Dear Gold Coast Family

Please forgive the forthcoming sappiness.

I always seem to meet the most incredible people when I travel. And I always seem to be traveling, so fortunately, I’m always meeting incredible people. People who walk me to cafes instead of merely explaining how to get there; people who lend me wetsuits and surfboards and warm coats; people who welcome me into their homes, who make their homes my homes, whose friends open their homes; people who actually consider whether their homemade meals clash with my morals; people who share their Coronas, their whiskey, their Milo, their wine; people who pick me up at the airport, who drop me off at new breaks, who reveal hidden waterfalls; people who give me birthday cards and Christmas cake; people who show me things I’d miss on my own. People, in short, who make me feel like I’m not on my own. Who make this big world feel small.

Not so many places that I’ve been have felt like “home.” There have been a few: I instantly felt like I belonged in Paris. New York has always been “the City.” My city. I never seemed to make a wrong turn in Glasgow. And I still think I’m a Californian who just happened to be born in Jersey. I didn’t fall in love with the Goldy the first time I came here. I felt comfortable, but that’s different than feeling right. And that’s still different than feeling at home.

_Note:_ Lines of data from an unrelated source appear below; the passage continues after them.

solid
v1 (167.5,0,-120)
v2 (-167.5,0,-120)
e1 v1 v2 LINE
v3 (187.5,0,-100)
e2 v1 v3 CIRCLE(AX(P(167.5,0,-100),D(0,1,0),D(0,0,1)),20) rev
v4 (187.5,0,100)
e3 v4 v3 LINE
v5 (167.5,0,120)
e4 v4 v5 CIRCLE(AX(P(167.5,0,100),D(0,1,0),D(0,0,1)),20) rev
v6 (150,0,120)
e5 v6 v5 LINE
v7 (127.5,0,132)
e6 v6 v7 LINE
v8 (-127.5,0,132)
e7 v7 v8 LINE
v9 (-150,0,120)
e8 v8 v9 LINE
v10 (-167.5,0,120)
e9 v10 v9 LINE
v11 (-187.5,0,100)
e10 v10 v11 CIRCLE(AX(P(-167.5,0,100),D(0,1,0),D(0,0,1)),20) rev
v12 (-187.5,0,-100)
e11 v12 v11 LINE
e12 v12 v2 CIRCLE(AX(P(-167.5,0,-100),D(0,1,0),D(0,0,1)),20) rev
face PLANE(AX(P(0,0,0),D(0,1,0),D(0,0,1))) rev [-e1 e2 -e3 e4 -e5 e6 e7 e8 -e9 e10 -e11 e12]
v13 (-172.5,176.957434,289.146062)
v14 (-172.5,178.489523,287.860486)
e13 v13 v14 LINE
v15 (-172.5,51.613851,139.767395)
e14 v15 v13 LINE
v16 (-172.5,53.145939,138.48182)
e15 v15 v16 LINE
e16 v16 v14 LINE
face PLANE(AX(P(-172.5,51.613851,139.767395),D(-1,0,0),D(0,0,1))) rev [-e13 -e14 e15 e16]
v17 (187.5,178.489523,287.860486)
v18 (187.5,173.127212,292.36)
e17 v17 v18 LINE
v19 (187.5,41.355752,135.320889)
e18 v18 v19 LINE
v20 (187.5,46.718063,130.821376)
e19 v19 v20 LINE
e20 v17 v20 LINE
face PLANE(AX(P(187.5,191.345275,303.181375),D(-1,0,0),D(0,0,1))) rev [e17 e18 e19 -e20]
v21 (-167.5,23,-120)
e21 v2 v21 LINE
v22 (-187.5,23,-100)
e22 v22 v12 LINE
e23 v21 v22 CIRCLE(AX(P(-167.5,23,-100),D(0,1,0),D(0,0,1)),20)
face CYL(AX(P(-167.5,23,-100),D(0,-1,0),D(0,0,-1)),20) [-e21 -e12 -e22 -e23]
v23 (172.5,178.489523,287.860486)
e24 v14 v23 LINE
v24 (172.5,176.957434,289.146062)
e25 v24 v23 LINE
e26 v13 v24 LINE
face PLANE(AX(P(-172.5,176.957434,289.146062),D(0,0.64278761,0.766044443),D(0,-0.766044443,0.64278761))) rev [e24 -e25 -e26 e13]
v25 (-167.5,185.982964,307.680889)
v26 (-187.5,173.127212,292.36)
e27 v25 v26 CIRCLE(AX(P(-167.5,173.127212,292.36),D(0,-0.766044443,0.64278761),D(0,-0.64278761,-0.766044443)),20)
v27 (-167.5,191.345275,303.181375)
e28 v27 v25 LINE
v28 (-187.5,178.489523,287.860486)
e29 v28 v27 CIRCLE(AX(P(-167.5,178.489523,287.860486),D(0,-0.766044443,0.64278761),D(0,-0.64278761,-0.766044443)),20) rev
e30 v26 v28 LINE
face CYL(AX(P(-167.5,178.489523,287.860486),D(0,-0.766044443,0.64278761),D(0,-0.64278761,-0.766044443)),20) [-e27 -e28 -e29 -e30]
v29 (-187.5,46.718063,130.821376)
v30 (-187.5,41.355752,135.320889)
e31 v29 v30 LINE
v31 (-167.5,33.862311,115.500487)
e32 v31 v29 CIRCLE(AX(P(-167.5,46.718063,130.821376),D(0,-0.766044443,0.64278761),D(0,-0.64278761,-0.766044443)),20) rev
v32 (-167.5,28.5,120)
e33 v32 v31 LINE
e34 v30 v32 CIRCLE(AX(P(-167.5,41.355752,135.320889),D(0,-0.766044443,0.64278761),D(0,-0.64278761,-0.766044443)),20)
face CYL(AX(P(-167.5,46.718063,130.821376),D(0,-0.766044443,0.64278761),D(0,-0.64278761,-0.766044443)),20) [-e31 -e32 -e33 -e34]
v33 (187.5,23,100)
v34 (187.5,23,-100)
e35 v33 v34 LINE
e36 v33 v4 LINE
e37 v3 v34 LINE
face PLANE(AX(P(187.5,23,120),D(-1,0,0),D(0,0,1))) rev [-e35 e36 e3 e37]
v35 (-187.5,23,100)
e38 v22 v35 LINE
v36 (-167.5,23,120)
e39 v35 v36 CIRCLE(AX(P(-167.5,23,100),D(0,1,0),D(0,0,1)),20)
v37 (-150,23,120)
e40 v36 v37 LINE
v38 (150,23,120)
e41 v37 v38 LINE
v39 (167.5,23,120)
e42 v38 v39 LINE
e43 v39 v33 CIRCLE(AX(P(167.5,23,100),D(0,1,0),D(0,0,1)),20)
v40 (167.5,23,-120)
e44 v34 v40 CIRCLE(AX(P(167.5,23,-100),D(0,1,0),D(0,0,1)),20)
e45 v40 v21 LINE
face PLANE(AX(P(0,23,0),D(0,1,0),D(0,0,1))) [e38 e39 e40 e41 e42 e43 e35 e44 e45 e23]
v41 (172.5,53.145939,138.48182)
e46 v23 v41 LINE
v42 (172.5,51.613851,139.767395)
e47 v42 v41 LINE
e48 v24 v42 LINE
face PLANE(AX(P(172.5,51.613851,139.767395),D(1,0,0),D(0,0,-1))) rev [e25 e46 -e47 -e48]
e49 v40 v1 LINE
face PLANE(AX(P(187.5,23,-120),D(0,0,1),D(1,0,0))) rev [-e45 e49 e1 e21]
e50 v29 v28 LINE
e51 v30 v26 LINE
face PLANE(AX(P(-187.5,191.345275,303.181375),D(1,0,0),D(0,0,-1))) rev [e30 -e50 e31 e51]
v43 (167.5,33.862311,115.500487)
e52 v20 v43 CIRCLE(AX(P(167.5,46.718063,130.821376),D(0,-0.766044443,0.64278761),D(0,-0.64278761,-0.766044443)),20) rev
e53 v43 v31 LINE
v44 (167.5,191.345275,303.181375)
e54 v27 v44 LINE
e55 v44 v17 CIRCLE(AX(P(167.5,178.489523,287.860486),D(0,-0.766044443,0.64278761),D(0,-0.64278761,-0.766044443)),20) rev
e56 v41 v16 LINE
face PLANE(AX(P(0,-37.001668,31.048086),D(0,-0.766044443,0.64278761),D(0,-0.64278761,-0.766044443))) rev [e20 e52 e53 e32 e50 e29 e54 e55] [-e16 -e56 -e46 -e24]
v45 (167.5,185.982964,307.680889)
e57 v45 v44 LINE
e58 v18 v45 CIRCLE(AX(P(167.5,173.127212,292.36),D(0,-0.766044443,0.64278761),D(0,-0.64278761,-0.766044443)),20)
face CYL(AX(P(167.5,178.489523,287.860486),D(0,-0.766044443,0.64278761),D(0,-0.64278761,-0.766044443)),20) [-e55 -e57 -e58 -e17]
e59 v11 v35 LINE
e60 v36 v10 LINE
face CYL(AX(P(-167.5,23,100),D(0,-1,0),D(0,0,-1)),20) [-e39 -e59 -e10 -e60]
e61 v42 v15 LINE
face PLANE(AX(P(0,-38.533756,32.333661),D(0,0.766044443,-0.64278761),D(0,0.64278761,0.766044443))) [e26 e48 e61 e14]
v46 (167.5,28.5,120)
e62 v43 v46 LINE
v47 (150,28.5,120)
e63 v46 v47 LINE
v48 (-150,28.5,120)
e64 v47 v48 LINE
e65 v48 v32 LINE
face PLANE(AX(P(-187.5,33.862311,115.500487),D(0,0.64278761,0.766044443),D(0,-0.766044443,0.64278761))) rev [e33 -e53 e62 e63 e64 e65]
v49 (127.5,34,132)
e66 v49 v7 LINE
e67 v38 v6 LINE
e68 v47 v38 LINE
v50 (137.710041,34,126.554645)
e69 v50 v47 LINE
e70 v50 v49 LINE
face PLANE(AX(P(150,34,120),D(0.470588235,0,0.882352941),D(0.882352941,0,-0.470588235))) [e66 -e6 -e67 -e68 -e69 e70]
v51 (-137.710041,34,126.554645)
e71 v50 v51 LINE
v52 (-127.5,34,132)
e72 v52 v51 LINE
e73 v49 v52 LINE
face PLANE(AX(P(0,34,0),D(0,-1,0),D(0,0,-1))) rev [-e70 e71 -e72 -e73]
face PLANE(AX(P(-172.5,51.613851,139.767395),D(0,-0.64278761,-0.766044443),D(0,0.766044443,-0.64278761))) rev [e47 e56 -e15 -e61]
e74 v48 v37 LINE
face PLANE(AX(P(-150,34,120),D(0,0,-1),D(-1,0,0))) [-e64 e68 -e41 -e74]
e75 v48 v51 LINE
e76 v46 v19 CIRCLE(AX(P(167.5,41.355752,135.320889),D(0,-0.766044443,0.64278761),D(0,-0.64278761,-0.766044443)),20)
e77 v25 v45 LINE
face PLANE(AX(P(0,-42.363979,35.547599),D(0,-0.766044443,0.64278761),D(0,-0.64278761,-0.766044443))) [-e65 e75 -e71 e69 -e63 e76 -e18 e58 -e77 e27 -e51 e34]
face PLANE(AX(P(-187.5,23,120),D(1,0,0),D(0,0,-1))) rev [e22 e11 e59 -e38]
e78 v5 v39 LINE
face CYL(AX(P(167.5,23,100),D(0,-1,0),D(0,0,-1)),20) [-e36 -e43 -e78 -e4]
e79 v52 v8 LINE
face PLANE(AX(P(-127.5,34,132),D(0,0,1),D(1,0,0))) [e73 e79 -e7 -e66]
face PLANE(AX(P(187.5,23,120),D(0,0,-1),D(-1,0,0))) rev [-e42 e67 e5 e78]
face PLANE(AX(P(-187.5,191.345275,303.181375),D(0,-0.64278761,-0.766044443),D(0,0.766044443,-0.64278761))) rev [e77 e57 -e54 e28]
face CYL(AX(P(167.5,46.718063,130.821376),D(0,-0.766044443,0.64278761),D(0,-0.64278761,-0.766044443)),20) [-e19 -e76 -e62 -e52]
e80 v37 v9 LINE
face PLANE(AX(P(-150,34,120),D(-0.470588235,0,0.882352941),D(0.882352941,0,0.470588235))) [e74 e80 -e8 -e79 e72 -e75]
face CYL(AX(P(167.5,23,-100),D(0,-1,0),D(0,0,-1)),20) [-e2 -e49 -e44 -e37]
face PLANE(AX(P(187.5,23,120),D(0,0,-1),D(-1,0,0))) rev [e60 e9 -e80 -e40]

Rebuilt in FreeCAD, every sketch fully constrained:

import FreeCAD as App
import Part
import Sketcher
Q = App.Units.Quantity


def edges_at(feature, points):
    """Names of the edges that pass closest to the given points."""
    edges = feature.Shape.Edges
    near = lambda p: min(range(len(edges)), key=lambda i: edges[i].distToShape(Part.Vertex(*p))[0])
    return sorted({f"Edge{near(p) + 1}" for p in points})

doc = App.newDocument("Part")
params = doc.addObject("Spreadsheet::Sheet", "Params")
for row, (alias, value) in enumerate([
    ("sketch1_width", "375 mm"),
    ("sketch1_height", "240 mm"),
    ("pad1_length", "23 mm"),
    ("sketch2_width", "300 mm"),
    ("sketch2_width2", "255 mm"),
    ("pad2_length", "34 mm"),
    ("sketch3_width", "5.5 mm"),
    ("sketch4_width", "375 mm"),
    ("sketch4_height", "245 mm"),
    ("pad3_length", "7 mm"),
    ("sketch5_width", "345 mm"),
    ("sketch5_height", "195 mm"),
    ("pocket2_length", "2 mm"),
    ("fillet_radius", "20 mm"),
], start=1):
    params.set(f"A{row}", alias)
    params.set(f"B{row}", "=" + value)
    params.setAlias(f"B{row}", alias)

body = doc.addObject("PartDesign::Body", "Body")

# Sketch on XZ plane
sketch1 = body.newObject("Sketcher::SketchObject", "Sketch")
sketch1.AttachmentSupport = (doc.getObject("XZ_Plane"), [""])
sketch1.MapMode = "FlatFace"
sketch1.addGeometry([
    Part.LineSegment(App.Vector(-188, -120, 0), App.Vector(-188, 120, 0)),
    Part.LineSegment(App.Vector(-188, 120, 0), App.Vector(188, 120, 0)),
    Part.LineSegment(App.Vector(188, 120, 0), App.Vector(188, -120, 0)),
    Part.LineSegment(App.Vector(188, -120, 0), App.Vector(-188, -120, 0)),
], False)
sketch1.addConstraint([
    Sketcher.Constraint("Coincident", 0, 2, 1, 1),
    Sketcher.Constraint("Coincident", 1, 2, 2, 1),
    Sketcher.Constraint("Coincident", 2, 2, 3, 1),
    Sketcher.Constraint("Coincident", 3, 2, 0, 1),
    Sketcher.Constraint("Vertical", 0),
    Sketcher.Constraint("Horizontal", 1),
    Sketcher.Constraint("Vertical", 2),
    Sketcher.Constraint("Horizontal", 3),
    Sketcher.Constraint("Symmetric", 0, 2, 2, 2, -1, 1),
    Sketcher.Constraint("DistanceX", 1, 1, 1, 2, 375.0),
    Sketcher.Constraint("DistanceY", 0, 1, 0, 2, 240.0),
])
sketch1.setExpression("Constraints[9]", "Params.sketch1_width")
sketch1.setExpression("Constraints[10]", "Params.sketch1_height")
pad1 = body.newObject("PartDesign::Pad", "Pad")
pad1.Profile = sketch1
pad1.setExpression("Length", "Params.pad1_length")
pad1.Reversed = True

# Sketch on XZ plane
sketch2 = body.newObject("Sketcher::SketchObject", "Sketch001")
sketch2.AttachmentSupport = (doc.getObject("XZ_Plane"), [""])
sketch2.MapMode = "FlatFace"
sketch2.addGeometry([
    Part.LineSegment(App.Vector(-128, 132, 0), App.Vector(-150, 120, 0)),
    Part.LineSegment(App.Vector(-150, 120, 0), App.Vector(150, 120, 0)),
    Part.LineSegment(App.Vector(150, 120, 0), App.Vector(128, 132, 0)),
    Part.LineSegment(App.Vector(128, 132, 0), App.Vector(-128, 132, 0)),
], False)
sketch2.addConstraint([
    Sketcher.Constraint("Coincident", 0, 2, 1, 1),
    Sketcher.Constraint("Coincident", 1, 2, 2, 1),
    Sketcher.Constraint("Coincident", 2, 2, 3, 1),
    Sketcher.Constraint("Coincident", 3, 2, 0, 1),
    Sketcher.Constraint("Horizontal", 1),
    Sketcher.Constraint("Horizontal", 3),
    Sketcher.Constraint("Equal", 0, 2),
    Sketcher.Constraint("DistanceX", 1, 1, 1, 2, 300.0),
    Sketcher.Constraint("DistanceX", 3, 2, 3, 1, 255.0),
    Sketcher.Constraint("DistanceX", 0, 2, -1, 1, 150.0),
    Sketcher.Constraint("DistanceY", -1, 1, 0, 2, 120.0),
    Sketcher.Constraint("DistanceY", -1, 1, 2, 2, 132.0),
])
sketch2.setExpression("Constraints[7]", "Params.sketch2_width")
sketch2.setExpression("Constraints[8]", "Params.sketch2_width2")
pad2 = body.newObject("PartDesign::Pad", "Pad001")
pad2.Profile = sketch2
pad2.setExpression("Length", "Params.pad2_length")
pad2.Reversed = True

I don’t believe home is a place. I believe it’s a person. Sometimes, it’s people. As a constant wanderer (and hopeless romantic), I conveniently pin “home” to movable being[s] . I have found family on the Gold Coast, and it’s for that reason that it feels like home.

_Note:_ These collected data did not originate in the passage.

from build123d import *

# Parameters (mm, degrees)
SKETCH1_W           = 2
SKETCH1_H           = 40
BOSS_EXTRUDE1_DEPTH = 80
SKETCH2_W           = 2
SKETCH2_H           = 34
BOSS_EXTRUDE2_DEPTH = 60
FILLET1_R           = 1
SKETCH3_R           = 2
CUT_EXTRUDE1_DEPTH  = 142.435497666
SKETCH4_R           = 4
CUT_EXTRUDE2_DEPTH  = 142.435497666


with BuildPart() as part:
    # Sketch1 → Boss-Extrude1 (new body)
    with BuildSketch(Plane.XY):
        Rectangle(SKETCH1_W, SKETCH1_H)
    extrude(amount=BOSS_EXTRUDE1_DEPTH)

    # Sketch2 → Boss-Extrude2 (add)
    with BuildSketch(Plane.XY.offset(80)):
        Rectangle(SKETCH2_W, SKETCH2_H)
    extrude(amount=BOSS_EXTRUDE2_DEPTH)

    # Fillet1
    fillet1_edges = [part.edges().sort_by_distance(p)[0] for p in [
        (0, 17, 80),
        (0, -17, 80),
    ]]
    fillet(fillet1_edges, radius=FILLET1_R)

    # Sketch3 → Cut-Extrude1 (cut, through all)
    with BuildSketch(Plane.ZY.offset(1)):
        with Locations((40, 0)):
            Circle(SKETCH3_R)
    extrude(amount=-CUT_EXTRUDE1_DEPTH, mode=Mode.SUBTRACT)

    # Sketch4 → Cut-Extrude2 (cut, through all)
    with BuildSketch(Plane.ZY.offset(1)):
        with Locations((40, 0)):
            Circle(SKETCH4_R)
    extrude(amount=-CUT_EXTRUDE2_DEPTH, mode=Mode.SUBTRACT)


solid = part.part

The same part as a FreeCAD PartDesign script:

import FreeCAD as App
import Part
import Sketcher


def edges_at(feature, points):
    """Names of the edges that pass closest to the given points."""
    edges = feature.Shape.Edges
    near = lambda p: min(range(len(edges)), key=lambda i: edges[i].distToShape(Part.Vertex(*p))[0])
    return sorted({f"Edge{near(p) + 1}" for p in points})

doc = App.newDocument("Part")
params = doc.addObject("Spreadsheet::Sheet", "Params")
for row, (alias, value) in enumerate([
    ("sketch1_width", "2 mm"),
    ("sketch1_height", "40 mm"),
    ("pad1_length", "80 mm"),
    ("sketch2_width", "2 mm"),
    ("sketch2_height", "34 mm"),
    ("pad2_length", "60 mm"),
    ("fillet_radius", "1 mm"),
    ("sketch3_diameter", "4 mm"),
    ("sketch4_diameter", "8 mm"),
], start=1):
    params.set(f"A{row}", alias)
    params.set(f"B{row}", "=" + value)
    params.setAlias(f"B{row}", alias)

body = doc.addObject("PartDesign::Body", "Body")

# Sketch on XY plane
sketch1 = body.newObject("Sketcher::SketchObject", "Sketch")
sketch1.AttachmentSupport = (doc.getObject("XY_Plane"), [""])
sketch1.MapMode = "FlatFace"
sketch1.addGeometry([
    Part.LineSegment(App.Vector(-1, 20, 0), App.Vector(-1, -20, 0)),
    Part.LineSegment(App.Vector(-1, -20, 0), App.Vector(1, -20, 0)),
    Part.LineSegment(App.Vector(1, -20, 0), App.Vector(1, 20, 0)),
    Part.LineSegment(App.Vector(1, 20, 0), App.Vector(-1, 20, 0)),
], False)
sketch1.addConstraint([
    Sketcher.Constraint("Coincident", 0, 2, 1, 1),
    Sketcher.Constraint("Coincident", 1, 2, 2, 1),
    Sketcher.Constraint("Coincident", 2, 2, 3, 1),
    Sketcher.Constraint("Coincident", 3, 2, 0, 1),
    Sketcher.Constraint("Vertical", 0),
    Sketcher.Constraint("Horizontal", 1),
    Sketcher.Constraint("Vertical", 2),
    Sketcher.Constraint("Horizontal", 3),
    Sketcher.Constraint("Symmetric", 0, 2, 2, 2, -1, 1),
    Sketcher.Constraint("DistanceX", 1, 1, 1, 2, 2.0),
    Sketcher.Constraint("DistanceY", 0, 2, 0, 1, 40.0),
])
sketch1.setExpression("Constraints[9]", "Params.sketch1_width")
sketch1.setExpression("Constraints[10]", "Params.sketch1_height")
pad1 = body.newObject("PartDesign::Pad", "Pad")
pad1.Profile = sketch1
pad1.setExpression("Length", "Params.pad1_length")

# Sketch on XY plane
sketch2 = body.newObject("Sketcher::SketchObject", "Sketch001")
sketch2.AttachmentSupport = (doc.getObject("XY_Plane"), [""])
sketch2.MapMode = "FlatFace"
sketch2.AttachmentOffset = App.Placement(App.Vector(0, 0, 80), App.Rotation())
sketch2.addGeometry([
    Part.LineSegment(App.Vector(-1, 17, 0), App.Vector(-1, -17, 0)),
    Part.LineSegment(App.Vector(-1, -17, 0), App.Vector(1, -17, 0)),
    Part.LineSegment(App.Vector(1, -17, 0), App.Vector(1, 17, 0)),
    Part.LineSegment(App.Vector(1, 17, 0), App.Vector(-1, 17, 0)),
], False)
sketch2.addConstraint([
    Sketcher.Constraint("Coincident", 0, 2, 1, 1),
    Sketcher.Constraint("Coincident", 1, 2, 2, 1),
    Sketcher.Constraint("Coincident", 2, 2, 3, 1),
    Sketcher.Constraint("Coincident", 3, 2, 0, 1),
    Sketcher.Constraint("Vertical", 0),
    Sketcher.Constraint("Horizontal", 1),
    Sketcher.Constraint("Vertical", 2),
    Sketcher.Constraint("Horizontal", 3),
    Sketcher.Constraint("Symmetric", 0, 2, 2, 2, -1, 1),
    Sketcher.Constraint("DistanceX", 1, 1, 1, 2, 2.0),
    Sketcher.Constraint("DistanceY", 0, 2, 0, 1, 34.0),
])
sketch2.setExpression("Constraints[9]", "Params.sketch2_width")
sketch2.setExpression("Constraints[10]", "Params.sketch2_height")
pad2 = body.newObject("PartDesign::Pad", "Pad001")
pad2.Profile = sketch2
pad2.setExpression("Length", "Params.pad2_length")
doc.recompute()

fillet = body.newObject("PartDesign::Fillet", "Fillet")
fillet.Base = (pad2, edges_at(pad2, [(0, 17, 80), (0, -17, 80)]))
fillet.setExpression("Radius", "Params.fillet_radius")

# Sketch on YZ plane
sketch3 = body.newObject("Sketcher::SketchObject", "Sketch002")
sketch3.AttachmentSupport = (doc.getObject("YZ_Plane"), [""])
sketch3.MapMode = "FlatFace"
sketch3.AttachmentOffset = App.Placement(App.Vector(0, 0, -1), App.Rotation())
sketch3.addGeometry(Part.Circle(App.Vector(0, 40, 0), App.Vector(0, 0, 1), 2), False)
sketch3.addConstraint([
    Sketcher.Constraint("PointOnObject", 0, 3, -2),
    Sketcher.Constraint("Diameter", 0, 4.0),
    Sketcher.Constraint("DistanceY", -1, 1, 0, 3, 40.0),
])
sketch3.setExpression("Constraints[1]", "Params.sketch3_diameter")
pocket1 = body.newObject("PartDesign::Pocket", "Pocket")
pocket1.Profile = sketch3
pocket1.Type = "ThroughAll"
pocket1.Reversed = True

# Sketch on YZ plane
sketch4 = body.newObject("Sketcher::SketchObject", "Sketch003")
sketch4.AttachmentSupport = (doc.getObject("YZ_Plane"), [""])
sketch4.MapMode = "FlatFace"
sketch4.AttachmentOffset = App.Placement(App.Vector(0, 0, -1), App.Rotation())
sketch4.addGeometry(Part.Circle(App.Vector(0, 40, 0), App.Vector(0, 0, 1), 4), False)
sketch4.addConstraint([
    Sketcher.Constraint("PointOnObject", 0, 3, -2),
    Sketcher.Constraint("Diameter", 0, 8.0),
    Sketcher.Constraint("DistanceY", -1, 1, 0, 3, 40.0),
])
sketch4.setExpression("Constraints[1]", "Params.sketch4_diameter")
pocket2 = body.newObject("PartDesign::Pocket", "Pocket001")
pocket2.Profile = sketch4
pocket2.Type = "ThroughAll"
pocket2.Reversed = True

doc.recompute()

My family in the States will probably tell you that I have no trouble–at all–leaving people behind. I can’t tell you how many times I’ve fought back tears while boarding a bus. That’s a lie; I can tell you that it’s happened twice in recent memory. Ask Yudi about the bus ride we shared. I’m terrified of walking away. I hate leaving people I love nearly as much as I love leaving. Nearly. So, I choose to believe that we’ll run into each other at Versailles, at The Pass, at the QT Hotel. It wouldn’t be the first time. Because it is a small world, after all. And, of course, you’re welcome to come with me. If not, until next time, at least we have Facebook. But seriously, thank you. For everything. And see you soon…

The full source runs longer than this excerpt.